In Transit, and a Video To Make Up For It

To the readership:

As he is heading to the mainland to visit family for a month or so, this author will be in lost in transit for the next few days. Expect posting to be light over the next week. Likewise, I ask the proprietors of the other sites I frequent (and occasionally start arguments at) to forgive any discussions that may be dropped during this time.
For those dearly wanting the type of intellectual stimulation and insight this author likes to imagine he provides, it is my suggestion that you set aside 40 minutes this week to listen to the following lecture (H/T Committee of Public Safety):
Jeremy Black. University of California Television. Posted 31 January 2010.
Black makes several points that would deserve their own post if time permitted. These include:
  • Man has developed two metaphors to conceptualize that institution we call the state:  the machine, created as a tool and ruled by Newtonian mechanisms, and the animal, a living thing whose existence is due to organic development, not conscious design. Black proposes that the true divide in American politics is between those Americans who subscribe to the organic view, and those who subscribe to the mechanic.

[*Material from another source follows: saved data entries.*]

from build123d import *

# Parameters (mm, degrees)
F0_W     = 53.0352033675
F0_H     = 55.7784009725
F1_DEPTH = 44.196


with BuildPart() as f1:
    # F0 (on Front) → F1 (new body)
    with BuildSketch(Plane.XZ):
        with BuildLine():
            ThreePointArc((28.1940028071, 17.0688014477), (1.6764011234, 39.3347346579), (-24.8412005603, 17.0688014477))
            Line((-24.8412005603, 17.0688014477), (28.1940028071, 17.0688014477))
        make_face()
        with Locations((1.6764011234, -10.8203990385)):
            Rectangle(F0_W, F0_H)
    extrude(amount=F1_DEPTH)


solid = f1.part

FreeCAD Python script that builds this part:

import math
import FreeCAD as App
import Part
import Sketcher
from FreeCAD import Vector
Q = App.Units.Quantity

doc = App.newDocument("Part")
body = doc.addObject("PartDesign::Body", "Body")

sketch1 = body.newObject("Sketcher::SketchObject", "Sketch")
sketch1.AttachmentSupport = (doc.getObject("XZ_Plane"), [""])
sketch1.MapMode = "FlatFace"
sketch1.addGeometry([
    Part.ArcOfCircle(Part.Circle(Vector(2, 12, 0), Vector(0, 0, 1), 27), math.radians(10), math.radians(170)),
    Part.LineSegment(Vector(-25, 17, 0), Vector(-25, -39, 0)),
    Part.LineSegment(Vector(-25, -39, 0), Vector(28, -39, 0)),
    Part.LineSegment(Vector(28, -39, 0), Vector(28, 17, 0)),
], False)
sketch1.addConstraint([
    Sketcher.Constraint("Coincident", 0, 2, 1, 1),
    Sketcher.Constraint("Coincident", 1, 2, 2, 1),
    Sketcher.Constraint("Coincident", 2, 2, 3, 1),
    Sketcher.Constraint("Coincident", 3, 2, 0, 1),
    Sketcher.Constraint("Vertical", 1),
    Sketcher.Constraint("Horizontal", 2),
    Sketcher.Constraint("Vertical", 3),
    Sketcher.Constraint("Horizontal", 0, 2, 3, 2),
    Sketcher.Constraint("DistanceX", 2, 1, 2, 2, Q("2.0880001 in")),
    Sketcher.Constraint("DistanceY", 1, 2, 1, 1, Q("2.196 in")),
    Sketcher.Constraint("DistanceX", -1, 1, 2, 2, Q("1.1100001 in")),
    Sketcher.Constraint("DistanceY", -1, 1, 0, 2, Q("0.6720001 in")),
    Sketcher.Constraint("Radius", 0, 26.923529),
])
pad1 = body.newObject("PartDesign::Pad", "Pad")
pad1.Profile = sketch1
pad1.Length = Q("1.74 in")

doc.recompute()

    For those interested, my thoughts matter were expressed in an earlier post: The Death of a Nation

  • Totalitarian regimes were fond of calling subversive elements “sicknesses” and “cancers” that needed to be eradicated. While this seems quite horrid to us democrats of the modern day, the incessant “wars” we declare (on poverty, drugs, ect.) are not far removed from the totalitarian metaphor.
  • When asked why Europeans were able to so successfully dominate Native Americans and Australian Aborigines but never do the same in Africa or Southern Asia, historians often point to the many tropical diseases that slowed European conquest and stunted European settlement in these regions. However, this explanation leaves us with a paradox. As Black points out, the European hold on Africa, India, and Southeast Asia was weakest just as European powers had banished these diseases to the point of irrelevancy.

Consider the comment thread a free space to discuss any of these points (or any of the other interesting asides Black makes – there are many) until I return. Cheers!